VHA launched a national CDI program in 2013, and half of VHA medical centers had implemented a CDI program by 2016 [21]. VA internal audits in 2016, however, found that correct evaluation and management (E/M) codes were only used in 60% of encounters nationwide [21]. VA officials attributed errors to lack of provider training, lack of emphasis on the importance of accurate coding, and lack of time for careful coding. The establishment and growth of VHA CDI programs likely contributed to the observed increase in E-VW scores and use of the top DRG over time; however, the persistent differences in these metrics between VHA and non-VHA hospitals suggest that different strategies may be necessary to improve uptake of best practices. Physicians are ultimately responsible for entering diagnosis codes and providing supporting documentation, but they may see these activities as distractions from clinical care. Consequently, the importance of buy-in and rapport between physicians and CDI specialists has been highlighted as a crucial factor for success [10]. One study examined the benefit of in-person, verbal communication between CDI specialists and clinicians and found significant improvements in time to resolution [22].
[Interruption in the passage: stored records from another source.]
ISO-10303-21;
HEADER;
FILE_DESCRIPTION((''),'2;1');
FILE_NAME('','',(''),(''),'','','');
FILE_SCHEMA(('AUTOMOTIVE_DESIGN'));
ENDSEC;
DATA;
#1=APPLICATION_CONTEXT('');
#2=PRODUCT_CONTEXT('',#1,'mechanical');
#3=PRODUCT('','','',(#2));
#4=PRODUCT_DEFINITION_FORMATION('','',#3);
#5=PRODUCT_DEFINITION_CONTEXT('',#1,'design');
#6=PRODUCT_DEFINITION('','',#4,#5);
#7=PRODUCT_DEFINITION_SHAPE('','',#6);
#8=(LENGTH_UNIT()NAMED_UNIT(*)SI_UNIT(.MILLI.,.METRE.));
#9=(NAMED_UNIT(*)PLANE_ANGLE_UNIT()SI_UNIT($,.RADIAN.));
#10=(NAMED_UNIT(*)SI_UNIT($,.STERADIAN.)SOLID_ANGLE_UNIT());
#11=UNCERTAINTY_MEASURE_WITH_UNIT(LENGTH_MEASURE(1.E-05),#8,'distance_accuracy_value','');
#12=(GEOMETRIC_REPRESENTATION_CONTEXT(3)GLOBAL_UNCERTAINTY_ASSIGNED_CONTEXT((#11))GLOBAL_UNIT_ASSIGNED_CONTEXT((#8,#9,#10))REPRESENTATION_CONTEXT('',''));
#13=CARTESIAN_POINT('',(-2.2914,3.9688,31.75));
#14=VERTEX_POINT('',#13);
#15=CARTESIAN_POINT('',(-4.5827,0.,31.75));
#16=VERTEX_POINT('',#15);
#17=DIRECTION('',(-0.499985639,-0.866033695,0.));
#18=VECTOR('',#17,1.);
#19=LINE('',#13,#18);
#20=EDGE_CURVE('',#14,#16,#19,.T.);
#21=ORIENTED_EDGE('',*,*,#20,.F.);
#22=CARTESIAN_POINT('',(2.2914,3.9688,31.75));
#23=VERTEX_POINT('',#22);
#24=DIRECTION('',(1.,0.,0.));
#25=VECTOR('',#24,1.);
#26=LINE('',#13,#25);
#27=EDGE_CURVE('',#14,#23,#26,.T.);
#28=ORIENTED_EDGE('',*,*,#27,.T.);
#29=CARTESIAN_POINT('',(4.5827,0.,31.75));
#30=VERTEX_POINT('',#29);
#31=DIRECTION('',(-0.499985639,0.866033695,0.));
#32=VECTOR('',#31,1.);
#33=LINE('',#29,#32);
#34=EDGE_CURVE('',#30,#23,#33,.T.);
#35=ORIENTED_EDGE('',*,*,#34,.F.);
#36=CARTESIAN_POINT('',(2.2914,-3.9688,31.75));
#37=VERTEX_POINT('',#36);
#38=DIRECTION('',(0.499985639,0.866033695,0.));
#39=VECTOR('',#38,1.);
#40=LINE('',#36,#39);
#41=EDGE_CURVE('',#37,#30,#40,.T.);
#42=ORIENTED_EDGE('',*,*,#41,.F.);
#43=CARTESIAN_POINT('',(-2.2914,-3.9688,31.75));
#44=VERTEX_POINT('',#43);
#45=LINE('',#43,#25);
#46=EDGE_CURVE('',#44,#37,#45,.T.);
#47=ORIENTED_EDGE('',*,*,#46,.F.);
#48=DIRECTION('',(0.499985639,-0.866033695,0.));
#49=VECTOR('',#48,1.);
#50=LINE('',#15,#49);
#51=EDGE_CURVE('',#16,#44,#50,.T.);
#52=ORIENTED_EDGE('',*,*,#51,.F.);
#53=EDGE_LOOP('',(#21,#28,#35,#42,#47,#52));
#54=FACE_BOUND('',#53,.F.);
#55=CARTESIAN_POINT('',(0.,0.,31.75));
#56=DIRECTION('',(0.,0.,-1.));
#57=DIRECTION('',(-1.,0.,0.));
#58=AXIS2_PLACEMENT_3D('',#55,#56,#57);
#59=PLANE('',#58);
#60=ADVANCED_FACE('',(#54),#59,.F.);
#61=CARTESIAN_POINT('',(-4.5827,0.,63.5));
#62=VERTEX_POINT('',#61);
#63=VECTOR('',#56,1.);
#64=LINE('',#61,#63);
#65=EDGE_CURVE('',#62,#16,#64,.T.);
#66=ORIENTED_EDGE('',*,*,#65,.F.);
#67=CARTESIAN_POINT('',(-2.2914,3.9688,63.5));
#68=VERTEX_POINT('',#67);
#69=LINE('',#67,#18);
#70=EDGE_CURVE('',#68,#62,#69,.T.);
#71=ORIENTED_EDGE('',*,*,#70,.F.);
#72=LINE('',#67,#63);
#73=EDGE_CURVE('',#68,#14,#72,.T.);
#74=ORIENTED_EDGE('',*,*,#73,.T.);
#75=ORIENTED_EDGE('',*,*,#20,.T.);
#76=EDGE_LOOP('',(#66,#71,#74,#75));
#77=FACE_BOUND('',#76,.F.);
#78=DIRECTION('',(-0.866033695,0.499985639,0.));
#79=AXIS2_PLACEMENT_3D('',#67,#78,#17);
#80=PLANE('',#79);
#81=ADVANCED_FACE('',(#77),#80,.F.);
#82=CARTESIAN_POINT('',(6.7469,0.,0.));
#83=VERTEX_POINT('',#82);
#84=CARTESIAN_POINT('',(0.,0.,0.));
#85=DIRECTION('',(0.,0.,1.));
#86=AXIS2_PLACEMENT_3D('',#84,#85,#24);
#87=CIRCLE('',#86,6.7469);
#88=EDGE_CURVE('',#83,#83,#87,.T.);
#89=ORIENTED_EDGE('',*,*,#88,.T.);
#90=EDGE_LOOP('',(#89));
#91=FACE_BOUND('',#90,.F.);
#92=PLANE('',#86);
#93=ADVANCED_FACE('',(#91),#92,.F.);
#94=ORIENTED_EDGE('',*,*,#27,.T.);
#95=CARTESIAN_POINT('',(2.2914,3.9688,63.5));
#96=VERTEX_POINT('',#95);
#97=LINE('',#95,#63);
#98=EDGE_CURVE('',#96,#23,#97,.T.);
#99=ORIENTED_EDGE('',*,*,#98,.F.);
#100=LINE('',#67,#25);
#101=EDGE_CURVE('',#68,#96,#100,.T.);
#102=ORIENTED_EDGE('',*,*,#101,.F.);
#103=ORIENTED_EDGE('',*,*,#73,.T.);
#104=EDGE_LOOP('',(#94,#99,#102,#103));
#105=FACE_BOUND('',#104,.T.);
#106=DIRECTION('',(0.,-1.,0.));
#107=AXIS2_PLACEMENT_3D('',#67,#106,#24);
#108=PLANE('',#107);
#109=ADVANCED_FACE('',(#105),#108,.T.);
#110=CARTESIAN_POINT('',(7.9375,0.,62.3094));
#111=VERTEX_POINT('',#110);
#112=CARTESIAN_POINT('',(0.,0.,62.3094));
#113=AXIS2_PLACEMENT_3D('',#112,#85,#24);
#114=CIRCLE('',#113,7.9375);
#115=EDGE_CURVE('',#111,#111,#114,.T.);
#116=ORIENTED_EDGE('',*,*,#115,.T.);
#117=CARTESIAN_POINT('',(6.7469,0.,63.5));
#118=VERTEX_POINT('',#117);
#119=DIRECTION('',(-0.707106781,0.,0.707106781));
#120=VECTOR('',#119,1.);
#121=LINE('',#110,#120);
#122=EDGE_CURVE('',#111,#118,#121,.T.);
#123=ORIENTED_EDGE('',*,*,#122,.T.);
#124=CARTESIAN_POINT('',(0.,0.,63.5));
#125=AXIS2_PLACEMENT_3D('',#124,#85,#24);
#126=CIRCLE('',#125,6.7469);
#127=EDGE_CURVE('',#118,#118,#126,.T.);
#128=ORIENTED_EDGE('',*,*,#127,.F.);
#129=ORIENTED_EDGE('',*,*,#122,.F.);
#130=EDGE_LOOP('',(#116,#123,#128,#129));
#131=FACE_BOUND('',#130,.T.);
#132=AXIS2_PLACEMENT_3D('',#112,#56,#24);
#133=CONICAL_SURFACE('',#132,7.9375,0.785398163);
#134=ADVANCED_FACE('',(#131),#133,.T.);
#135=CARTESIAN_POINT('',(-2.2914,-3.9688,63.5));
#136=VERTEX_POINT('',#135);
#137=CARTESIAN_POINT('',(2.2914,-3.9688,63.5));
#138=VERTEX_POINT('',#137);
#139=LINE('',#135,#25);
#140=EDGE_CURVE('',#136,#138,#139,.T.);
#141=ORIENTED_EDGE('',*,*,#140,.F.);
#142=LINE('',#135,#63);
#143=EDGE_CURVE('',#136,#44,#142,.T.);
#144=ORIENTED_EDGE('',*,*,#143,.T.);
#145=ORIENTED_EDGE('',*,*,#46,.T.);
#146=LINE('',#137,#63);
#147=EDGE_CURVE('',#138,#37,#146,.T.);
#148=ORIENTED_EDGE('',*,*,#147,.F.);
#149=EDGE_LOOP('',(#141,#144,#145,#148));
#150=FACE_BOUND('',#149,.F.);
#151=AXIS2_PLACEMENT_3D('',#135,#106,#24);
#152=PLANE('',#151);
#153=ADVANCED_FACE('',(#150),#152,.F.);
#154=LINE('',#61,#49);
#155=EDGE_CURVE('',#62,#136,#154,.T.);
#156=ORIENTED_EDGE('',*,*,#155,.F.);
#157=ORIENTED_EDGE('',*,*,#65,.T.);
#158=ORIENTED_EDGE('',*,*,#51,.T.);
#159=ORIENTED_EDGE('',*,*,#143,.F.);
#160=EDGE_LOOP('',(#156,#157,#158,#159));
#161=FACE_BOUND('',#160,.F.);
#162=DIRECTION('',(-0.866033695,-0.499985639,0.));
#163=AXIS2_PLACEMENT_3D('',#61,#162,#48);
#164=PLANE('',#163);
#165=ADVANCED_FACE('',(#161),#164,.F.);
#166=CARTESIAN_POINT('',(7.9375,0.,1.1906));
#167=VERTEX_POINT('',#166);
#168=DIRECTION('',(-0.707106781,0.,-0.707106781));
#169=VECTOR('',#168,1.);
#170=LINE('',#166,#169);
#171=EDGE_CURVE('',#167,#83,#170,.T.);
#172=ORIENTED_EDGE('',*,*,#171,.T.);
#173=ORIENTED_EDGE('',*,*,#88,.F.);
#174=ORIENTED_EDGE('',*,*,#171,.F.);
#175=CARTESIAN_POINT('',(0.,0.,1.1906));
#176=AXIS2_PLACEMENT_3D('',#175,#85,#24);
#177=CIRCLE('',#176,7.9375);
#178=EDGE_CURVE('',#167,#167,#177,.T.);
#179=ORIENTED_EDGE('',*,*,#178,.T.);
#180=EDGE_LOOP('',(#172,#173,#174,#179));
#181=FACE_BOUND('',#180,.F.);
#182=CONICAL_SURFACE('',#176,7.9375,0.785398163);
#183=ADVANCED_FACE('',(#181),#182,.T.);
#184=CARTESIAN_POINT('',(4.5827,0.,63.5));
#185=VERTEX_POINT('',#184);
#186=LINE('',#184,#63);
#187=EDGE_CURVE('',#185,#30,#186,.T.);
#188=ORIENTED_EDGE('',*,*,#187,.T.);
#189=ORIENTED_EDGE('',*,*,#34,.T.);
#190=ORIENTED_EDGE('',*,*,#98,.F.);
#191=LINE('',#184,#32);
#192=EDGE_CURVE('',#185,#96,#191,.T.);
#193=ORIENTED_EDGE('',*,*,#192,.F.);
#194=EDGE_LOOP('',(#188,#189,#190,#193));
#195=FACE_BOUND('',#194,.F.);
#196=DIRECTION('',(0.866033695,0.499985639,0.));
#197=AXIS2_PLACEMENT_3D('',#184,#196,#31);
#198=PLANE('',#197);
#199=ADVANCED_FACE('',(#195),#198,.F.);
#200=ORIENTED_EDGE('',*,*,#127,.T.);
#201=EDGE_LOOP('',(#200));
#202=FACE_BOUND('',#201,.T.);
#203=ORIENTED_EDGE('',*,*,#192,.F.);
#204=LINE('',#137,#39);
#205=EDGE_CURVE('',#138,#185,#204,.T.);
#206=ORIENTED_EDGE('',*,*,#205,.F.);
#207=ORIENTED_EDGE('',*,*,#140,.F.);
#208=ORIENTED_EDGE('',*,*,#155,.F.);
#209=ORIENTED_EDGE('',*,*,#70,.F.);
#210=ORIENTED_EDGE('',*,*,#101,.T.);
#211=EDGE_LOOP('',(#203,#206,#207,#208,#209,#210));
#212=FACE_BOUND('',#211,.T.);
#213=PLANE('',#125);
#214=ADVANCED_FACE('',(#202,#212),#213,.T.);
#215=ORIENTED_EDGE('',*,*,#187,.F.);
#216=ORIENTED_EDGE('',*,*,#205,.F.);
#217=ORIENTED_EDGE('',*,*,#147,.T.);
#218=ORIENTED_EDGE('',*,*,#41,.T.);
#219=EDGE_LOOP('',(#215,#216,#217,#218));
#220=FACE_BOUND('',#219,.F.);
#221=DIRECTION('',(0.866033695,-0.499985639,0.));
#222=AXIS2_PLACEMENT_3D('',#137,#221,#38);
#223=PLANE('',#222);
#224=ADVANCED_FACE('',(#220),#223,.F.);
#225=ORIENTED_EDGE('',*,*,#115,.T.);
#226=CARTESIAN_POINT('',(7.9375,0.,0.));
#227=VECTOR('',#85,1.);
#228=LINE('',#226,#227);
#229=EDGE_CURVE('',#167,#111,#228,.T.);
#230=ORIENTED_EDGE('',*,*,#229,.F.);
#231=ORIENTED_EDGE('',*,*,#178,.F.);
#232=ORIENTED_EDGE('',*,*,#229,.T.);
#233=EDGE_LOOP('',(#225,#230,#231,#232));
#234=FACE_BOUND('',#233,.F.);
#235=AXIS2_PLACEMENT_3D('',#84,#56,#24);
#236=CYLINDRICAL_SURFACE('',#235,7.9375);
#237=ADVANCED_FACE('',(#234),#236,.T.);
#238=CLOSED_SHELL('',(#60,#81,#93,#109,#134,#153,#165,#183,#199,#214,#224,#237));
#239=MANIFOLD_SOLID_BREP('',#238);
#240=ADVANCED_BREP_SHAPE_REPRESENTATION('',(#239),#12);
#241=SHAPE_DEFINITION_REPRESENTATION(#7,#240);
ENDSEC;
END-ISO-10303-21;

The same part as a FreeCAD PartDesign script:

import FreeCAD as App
import Part
import Sketcher
Q = App.Units.Quantity


def edges_at(feature, points):
    """Names of the edges that pass closest to the given points."""
    edges = feature.Shape.Edges
    near = lambda p: min(range(len(edges)), key=lambda i: edges[i].distToShape(Part.Vertex(*p))[0])
    return sorted({f"Edge{near(p) + 1}" for p in points})


def add_polygon(sketch, points):
    """Adds a closed chain of lines whose ends are joined by coincident constraints."""
    first, n = sketch.GeometryCount, len(points)
    for a, b in zip(points, points[1:] + points[:1]):
        sketch.addGeometry(Part.LineSegment(App.Vector(*a, 0), App.Vector(*b, 0)), False)
    for i in range(n):
        sketch.addConstraint(Sketcher.Constraint("Coincident", first + i, 2, first + (i + 1) % n, 1))

doc = App.newDocument("Part")
body = doc.addObject("PartDesign::Body", "Body")

sketch1 = doc.addObject("Sketcher::SketchObject", "Sketch")
body.addObject(sketch1)
sketch1.AttachmentSupport = (doc.XY_Plane, [""])
sketch1.MapMode = "FlatFace"
sketch1.addGeometry(Part.Circle(App.Vector(0, 0, 0), App.Vector(0, 0, 1), 8), False)
sketch1.addConstraint([
    Sketcher.Constraint("Coincident", 0, 3, -1, 1),
    Sketcher.Constraint("Diameter", 0, Q("0.625 in")),
])
pad1 = doc.addObject("PartDesign::Pad", "Pad")
body.addObject(pad1)
pad1.Profile = sketch1
pad1.Length = Q("2.5 in")
doc.recompute()

chamfer = doc.addObject("PartDesign::Chamfer", "Chamfer")
body.addObject(chamfer)
chamfer.Base = (pad1, edges_at(pad1, [(-7.938, 0, 0), (-7.938, 0, 63.5)]))
chamfer.Size = Q("0.046874 in")

sketch2 = doc.addObject("Sketcher::SketchObject", "Sketch001")
body.addObject(sketch2)
sketch2.AttachmentSupport = (doc.XY_Plane, [""])
sketch2.MapMode = "FlatFace"
sketch2.AttachmentOffset = App.Placement(App.Vector(0, 0, 2.5 * 25.4), App.Rotation())
add_polygon(sketch2, [(2.3, 4), (-2.3, 4), (-4.6, 0), (-2.3, -4), (2.3, -4), (4.6, 0)])
sketch2.addConstraint([
    Sketcher.Constraint("Horizontal", 0),
    Sketcher.Constraint("Horizontal", 3),
    Sketcher.Constraint("Symmetric", 0, 2, 3, 2, -1, 1),
    Sketcher.Constraint("Symmetric", 1, 2, 4, 2, -1, 1),
    Sketcher.Constraint("PointOnObject", 1, 2, -1),
    Sketcher.Constraint("Parallel", 2, 5),
    Sketcher.Constraint("Vertical", 0, 2, 2, 2),
    Sketcher.Constraint("Angle", 1, Q("-119.999 deg")),
    Sketcher.Constraint("DistanceY", -1, 1, 0, 2, Q("0.156252 in")),
    Sketcher.Constraint("DistanceX", 0, 2, 0, 1, 4.5828),
])
pocket1 = doc.addObject("PartDesign::Pocket", "Pocket")
body.addObject(pocket1)
pocket1.Profile = sketch2
pocket1.Length = Q("1.25 in")

doc.recompute()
It is also possible that efforts to improve coding behaviors within VHA will not be sufficient to offset the effects of financial incentives on coding intensity outside VHA. To account for well-established differences in coding intensity observed between MA organizations and FFS providers, the CMS applies a coding pattern adjustment, reducing risk-based payments to MA plans by 5.9% [23]. This adjustment is the minimum amount required by the American Taxpayer’s Relief Act of 2012, however, and larger adjustments may be warranted [24]. Methods to estimate an appropriate coding pattern adjustment for MA plans have been proposed, but there is no consensus regarding the best method [25]. Future studies comparing VHA and non-VHA risk-adjusted quality and performance may consider developing risk-score adjustment methods that reduce bias from differences in coding intensity between VHA care and non-VHA care. Compared to other Veterans, those who use VHA have a higher prevalence of chronic physical and mental health conditions [26]. VHA-reliant reliant also have lower self-reported health [27]. Consequently, such an adjustment would likely be conservative.

Limitations

Our study was limited to seven states with data spanning 2012 to 2017, so these findings may not be representative of current admissions on a national level. Although we adjusted for admission sequence to account for clinical progression, Veterans may receive non-VHA care when they are sicker. Of the Veterans admitted twice in the same year, 15–17% were admitted to both VHA and non-VHA hospitals. The study sample may not be generalizable to the general populations of Veterans with hospitalizations; however, restricting the sample to Veterans admitted in both settings under the same major diagnostic category allowed us to remove some selection bias. Finally, we did not have access to outpatient diagnoses. Billing for outpatient E/M services, however, creates similar incentives for non-VHA clinicians to code diagnoses intensively as the number and complexity of problems affects the level of service and reimbursement.

Conclusion

These data suggest that relative undercoding has persisted in VHA and highlight differences between VHA hospitals that are funded as part of an integrated delivery system and non-VHA hospitals that may document comorbidity for payment. While risk scores and DRG severity increased in VHA over time, the difference between VHA and non-VHA hospitals was persistent, suggesting that internal efforts to improve documentation may not be sufficient. Future studies may need to apply alternative strategies, including coding pattern adjustments, to ensure fair comparisons of quality and performance.